*What the task requires*.
Below is a listing; repeat exactly the lines from the one containing "f 147 120 118" to the one containing "f 165 73 74", both included.

*Listed records*.
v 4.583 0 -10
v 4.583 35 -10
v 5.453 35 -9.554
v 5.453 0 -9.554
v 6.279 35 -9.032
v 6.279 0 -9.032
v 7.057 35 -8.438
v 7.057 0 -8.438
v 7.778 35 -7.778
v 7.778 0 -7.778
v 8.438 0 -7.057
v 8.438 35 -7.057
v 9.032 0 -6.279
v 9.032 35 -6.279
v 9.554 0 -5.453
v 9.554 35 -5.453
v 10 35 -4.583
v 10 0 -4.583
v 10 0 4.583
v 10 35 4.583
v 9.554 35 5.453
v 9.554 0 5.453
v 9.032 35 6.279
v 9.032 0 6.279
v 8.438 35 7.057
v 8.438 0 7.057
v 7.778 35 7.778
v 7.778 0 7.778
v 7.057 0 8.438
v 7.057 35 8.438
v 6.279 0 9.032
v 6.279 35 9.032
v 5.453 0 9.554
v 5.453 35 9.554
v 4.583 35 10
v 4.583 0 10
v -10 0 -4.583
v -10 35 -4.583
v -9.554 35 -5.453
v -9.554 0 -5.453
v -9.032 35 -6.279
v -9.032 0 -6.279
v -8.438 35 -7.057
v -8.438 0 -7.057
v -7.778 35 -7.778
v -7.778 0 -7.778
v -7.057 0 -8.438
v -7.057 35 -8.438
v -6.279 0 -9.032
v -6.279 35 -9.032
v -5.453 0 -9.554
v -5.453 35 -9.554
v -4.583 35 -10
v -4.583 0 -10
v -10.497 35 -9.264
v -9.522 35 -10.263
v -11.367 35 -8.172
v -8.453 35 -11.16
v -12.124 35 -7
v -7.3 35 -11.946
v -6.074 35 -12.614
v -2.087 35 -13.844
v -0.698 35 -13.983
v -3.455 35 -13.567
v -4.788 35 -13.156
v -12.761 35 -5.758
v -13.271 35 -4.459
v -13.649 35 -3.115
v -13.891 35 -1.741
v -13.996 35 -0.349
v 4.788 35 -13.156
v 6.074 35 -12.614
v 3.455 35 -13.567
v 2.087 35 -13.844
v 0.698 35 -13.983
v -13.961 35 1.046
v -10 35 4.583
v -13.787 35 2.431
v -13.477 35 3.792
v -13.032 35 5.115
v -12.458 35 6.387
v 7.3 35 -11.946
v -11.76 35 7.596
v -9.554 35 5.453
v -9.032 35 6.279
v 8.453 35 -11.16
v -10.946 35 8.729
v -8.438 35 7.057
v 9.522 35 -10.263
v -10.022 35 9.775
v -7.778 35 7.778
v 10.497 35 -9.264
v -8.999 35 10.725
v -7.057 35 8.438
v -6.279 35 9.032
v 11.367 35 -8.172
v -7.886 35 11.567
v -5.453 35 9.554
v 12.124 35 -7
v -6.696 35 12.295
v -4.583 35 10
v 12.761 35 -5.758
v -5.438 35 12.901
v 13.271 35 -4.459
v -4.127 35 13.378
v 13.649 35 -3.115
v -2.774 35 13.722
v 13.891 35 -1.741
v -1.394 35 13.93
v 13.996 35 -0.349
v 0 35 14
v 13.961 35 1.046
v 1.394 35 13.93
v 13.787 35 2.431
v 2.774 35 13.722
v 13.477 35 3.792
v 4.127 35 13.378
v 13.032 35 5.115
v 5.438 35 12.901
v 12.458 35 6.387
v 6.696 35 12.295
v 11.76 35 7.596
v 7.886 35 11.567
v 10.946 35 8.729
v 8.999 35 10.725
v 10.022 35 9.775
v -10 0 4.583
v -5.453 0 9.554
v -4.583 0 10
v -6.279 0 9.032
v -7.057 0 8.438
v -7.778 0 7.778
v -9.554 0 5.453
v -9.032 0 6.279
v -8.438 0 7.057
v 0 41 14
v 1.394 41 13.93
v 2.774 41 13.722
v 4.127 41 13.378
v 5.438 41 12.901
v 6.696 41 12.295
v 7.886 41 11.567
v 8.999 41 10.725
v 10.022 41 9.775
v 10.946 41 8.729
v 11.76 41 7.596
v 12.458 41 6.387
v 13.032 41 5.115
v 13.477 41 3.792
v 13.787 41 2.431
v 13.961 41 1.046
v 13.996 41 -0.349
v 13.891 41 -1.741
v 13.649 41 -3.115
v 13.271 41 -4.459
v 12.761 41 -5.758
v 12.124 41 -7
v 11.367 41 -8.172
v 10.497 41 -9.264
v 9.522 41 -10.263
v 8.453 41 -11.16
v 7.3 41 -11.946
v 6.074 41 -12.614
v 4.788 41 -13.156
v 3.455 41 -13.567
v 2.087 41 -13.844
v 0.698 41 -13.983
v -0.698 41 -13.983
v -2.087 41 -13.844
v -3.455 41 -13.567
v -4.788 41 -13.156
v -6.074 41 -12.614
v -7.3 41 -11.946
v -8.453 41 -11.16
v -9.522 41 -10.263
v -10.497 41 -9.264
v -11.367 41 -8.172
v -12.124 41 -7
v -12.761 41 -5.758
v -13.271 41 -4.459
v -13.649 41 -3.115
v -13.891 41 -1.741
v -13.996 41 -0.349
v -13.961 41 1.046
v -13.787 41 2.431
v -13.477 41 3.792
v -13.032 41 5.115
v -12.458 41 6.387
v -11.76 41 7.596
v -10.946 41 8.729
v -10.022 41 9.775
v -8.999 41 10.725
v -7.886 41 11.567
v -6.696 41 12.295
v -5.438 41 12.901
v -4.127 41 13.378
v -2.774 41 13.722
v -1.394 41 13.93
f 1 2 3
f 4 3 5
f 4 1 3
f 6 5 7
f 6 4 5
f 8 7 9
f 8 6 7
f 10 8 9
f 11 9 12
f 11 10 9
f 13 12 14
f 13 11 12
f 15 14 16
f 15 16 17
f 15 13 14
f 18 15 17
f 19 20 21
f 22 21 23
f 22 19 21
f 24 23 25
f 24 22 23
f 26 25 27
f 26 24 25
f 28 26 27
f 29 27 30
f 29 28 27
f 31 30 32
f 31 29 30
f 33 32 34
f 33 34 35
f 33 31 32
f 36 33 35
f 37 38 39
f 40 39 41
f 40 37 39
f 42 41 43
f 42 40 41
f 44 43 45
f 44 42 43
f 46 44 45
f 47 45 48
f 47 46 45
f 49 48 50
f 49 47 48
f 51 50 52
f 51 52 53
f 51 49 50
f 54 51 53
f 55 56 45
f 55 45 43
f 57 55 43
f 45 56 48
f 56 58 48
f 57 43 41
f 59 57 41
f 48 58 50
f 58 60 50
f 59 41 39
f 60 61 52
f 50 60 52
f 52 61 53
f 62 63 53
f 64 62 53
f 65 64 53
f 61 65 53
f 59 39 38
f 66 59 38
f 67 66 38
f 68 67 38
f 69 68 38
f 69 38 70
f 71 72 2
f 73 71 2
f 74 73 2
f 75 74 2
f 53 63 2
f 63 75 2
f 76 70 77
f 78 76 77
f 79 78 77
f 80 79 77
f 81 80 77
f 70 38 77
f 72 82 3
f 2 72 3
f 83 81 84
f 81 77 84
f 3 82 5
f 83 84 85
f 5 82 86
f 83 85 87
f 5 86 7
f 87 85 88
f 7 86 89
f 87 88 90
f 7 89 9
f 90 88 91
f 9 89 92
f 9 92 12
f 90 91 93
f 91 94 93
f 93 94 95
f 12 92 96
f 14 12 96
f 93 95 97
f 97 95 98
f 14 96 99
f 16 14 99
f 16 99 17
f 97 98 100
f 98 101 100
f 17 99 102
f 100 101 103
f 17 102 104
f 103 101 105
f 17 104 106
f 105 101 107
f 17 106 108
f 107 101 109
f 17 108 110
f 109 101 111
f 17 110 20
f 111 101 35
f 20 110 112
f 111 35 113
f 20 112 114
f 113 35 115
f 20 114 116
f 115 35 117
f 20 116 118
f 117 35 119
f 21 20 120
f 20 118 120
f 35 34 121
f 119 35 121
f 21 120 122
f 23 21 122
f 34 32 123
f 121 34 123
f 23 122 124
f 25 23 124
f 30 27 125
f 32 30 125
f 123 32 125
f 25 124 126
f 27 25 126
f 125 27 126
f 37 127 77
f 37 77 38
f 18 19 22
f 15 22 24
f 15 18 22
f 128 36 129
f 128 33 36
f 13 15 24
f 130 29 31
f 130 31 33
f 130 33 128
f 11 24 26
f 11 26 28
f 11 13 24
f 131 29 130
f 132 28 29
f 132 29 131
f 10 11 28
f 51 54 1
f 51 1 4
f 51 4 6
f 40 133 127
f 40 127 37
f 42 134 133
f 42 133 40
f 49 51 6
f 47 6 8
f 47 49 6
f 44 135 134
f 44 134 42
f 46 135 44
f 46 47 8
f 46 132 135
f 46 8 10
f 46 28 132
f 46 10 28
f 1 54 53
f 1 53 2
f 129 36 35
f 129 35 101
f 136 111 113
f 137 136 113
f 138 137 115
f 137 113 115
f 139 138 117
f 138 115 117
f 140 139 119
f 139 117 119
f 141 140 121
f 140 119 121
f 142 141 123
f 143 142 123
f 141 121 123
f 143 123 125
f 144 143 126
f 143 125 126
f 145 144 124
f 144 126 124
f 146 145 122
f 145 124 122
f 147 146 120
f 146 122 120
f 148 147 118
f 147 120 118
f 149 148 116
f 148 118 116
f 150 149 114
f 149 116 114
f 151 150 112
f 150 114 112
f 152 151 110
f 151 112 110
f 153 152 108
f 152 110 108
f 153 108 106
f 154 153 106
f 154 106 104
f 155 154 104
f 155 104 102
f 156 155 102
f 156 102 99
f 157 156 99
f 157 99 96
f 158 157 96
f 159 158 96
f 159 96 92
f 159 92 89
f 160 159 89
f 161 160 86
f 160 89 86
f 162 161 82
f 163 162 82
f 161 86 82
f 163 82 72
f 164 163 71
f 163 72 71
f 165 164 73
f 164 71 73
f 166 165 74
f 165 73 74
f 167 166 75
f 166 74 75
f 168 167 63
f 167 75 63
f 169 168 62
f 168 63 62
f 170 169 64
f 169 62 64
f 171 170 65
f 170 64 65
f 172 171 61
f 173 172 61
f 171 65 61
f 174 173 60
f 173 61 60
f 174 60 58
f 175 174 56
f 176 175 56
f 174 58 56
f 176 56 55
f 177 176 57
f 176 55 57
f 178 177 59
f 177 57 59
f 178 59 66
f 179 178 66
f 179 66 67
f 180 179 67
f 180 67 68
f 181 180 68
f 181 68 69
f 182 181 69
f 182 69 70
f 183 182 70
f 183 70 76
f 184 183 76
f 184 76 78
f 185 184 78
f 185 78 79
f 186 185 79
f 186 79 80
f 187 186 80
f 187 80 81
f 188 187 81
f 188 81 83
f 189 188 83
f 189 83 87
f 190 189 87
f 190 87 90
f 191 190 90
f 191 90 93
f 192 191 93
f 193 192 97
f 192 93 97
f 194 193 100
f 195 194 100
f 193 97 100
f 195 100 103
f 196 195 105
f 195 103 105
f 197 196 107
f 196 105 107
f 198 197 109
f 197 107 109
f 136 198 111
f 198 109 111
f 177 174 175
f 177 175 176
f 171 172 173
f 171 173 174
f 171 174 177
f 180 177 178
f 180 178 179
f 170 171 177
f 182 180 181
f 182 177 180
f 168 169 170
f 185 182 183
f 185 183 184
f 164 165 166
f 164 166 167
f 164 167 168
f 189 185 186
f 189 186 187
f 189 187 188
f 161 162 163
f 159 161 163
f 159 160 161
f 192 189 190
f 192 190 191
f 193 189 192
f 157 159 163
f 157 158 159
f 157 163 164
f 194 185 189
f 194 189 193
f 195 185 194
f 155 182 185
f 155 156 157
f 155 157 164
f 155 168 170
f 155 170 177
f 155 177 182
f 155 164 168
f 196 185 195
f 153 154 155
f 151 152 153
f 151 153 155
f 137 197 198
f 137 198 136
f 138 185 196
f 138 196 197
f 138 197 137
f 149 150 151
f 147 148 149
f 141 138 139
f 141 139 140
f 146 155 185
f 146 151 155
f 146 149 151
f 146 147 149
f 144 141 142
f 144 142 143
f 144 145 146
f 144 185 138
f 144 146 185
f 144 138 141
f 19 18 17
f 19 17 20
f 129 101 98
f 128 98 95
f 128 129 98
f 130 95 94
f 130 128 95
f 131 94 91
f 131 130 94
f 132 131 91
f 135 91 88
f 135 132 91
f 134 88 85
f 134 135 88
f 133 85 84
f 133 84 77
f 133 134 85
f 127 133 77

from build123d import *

# Parameters (mm, degrees)
EXTRUDE_1_DEPTH = 35
SKETCH_2_R      = 14
EXTRUDE_2_DEPTH = 6


with BuildPart() as part:
    # 草图1 → 凸台-拉伸1 (new body)
    with BuildSketch(Plane(origin=(0, 0, 0), x_dir=(1, 0, 0), z_dir=(0, 1, 0))):
        with BuildLine():
            Line((4.582575695, -10), (-4.582575695, -10))
            ThreePointArc((-4.582575695, -10), (-7.778174593, -7.778174593), (-10, -4.582575695))
            Line((-10, -4.582575695), (-10, 4.582575695))
            ThreePointArc((-10, 4.582575695), (-7.778174593, 7.778174593), (-4.582575695, 10))
            Line((-4.582575695, 10), (4.582575695, 10))
            ThreePointArc((4.582575695, 10), (7.778174593, 7.778174593), (10, 4.582575695))
            Line((10, 4.582575695), (10, -4.582575695))
            ThreePointArc((10, -4.582575695), (7.778174593, -7.778174593), (4.582575695, -10))
        make_face()
    extrude(amount=EXTRUDE_1_DEPTH)

    # 草图2 → 凸台-拉伸2 (add)
    with BuildSketch(Plane(origin=(0, 35, 0), x_dir=(1, 0, 0), z_dir=(0, 1, 0))):
        with Locations(Location((0, 0, 0), (0, 0, 270))):
            Circle(SKETCH_2_R)
    extrude(amount=EXTRUDE_2_DEPTH)


solid = part.part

*Finished task*.
f 147 120 118
f 149 148 116
f 148 118 116
f 150 149 114
f 149 116 114
f 151 150 112
f 150 114 112
f 152 151 110
f 151 112 110
f 153 152 108
f 152 110 108
f 153 108 106
f 154 153 106
f 154 106 104
f 155 154 104
f 155 104 102
f 156 155 102
f 156 102 99
f 157 156 99
f 157 99 96
f 158 157 96
f 159 158 96
f 159 96 92
f 159 92 89
f 160 159 89
f 161 160 86
f 160 89 86
f 162 161 82
f 163 162 82
f 161 86 82
f 163 82 72
f 164 163 71
f 163 72 71
f 165 164 73
f 164 71 73
f 166 165 74
f 165 73 74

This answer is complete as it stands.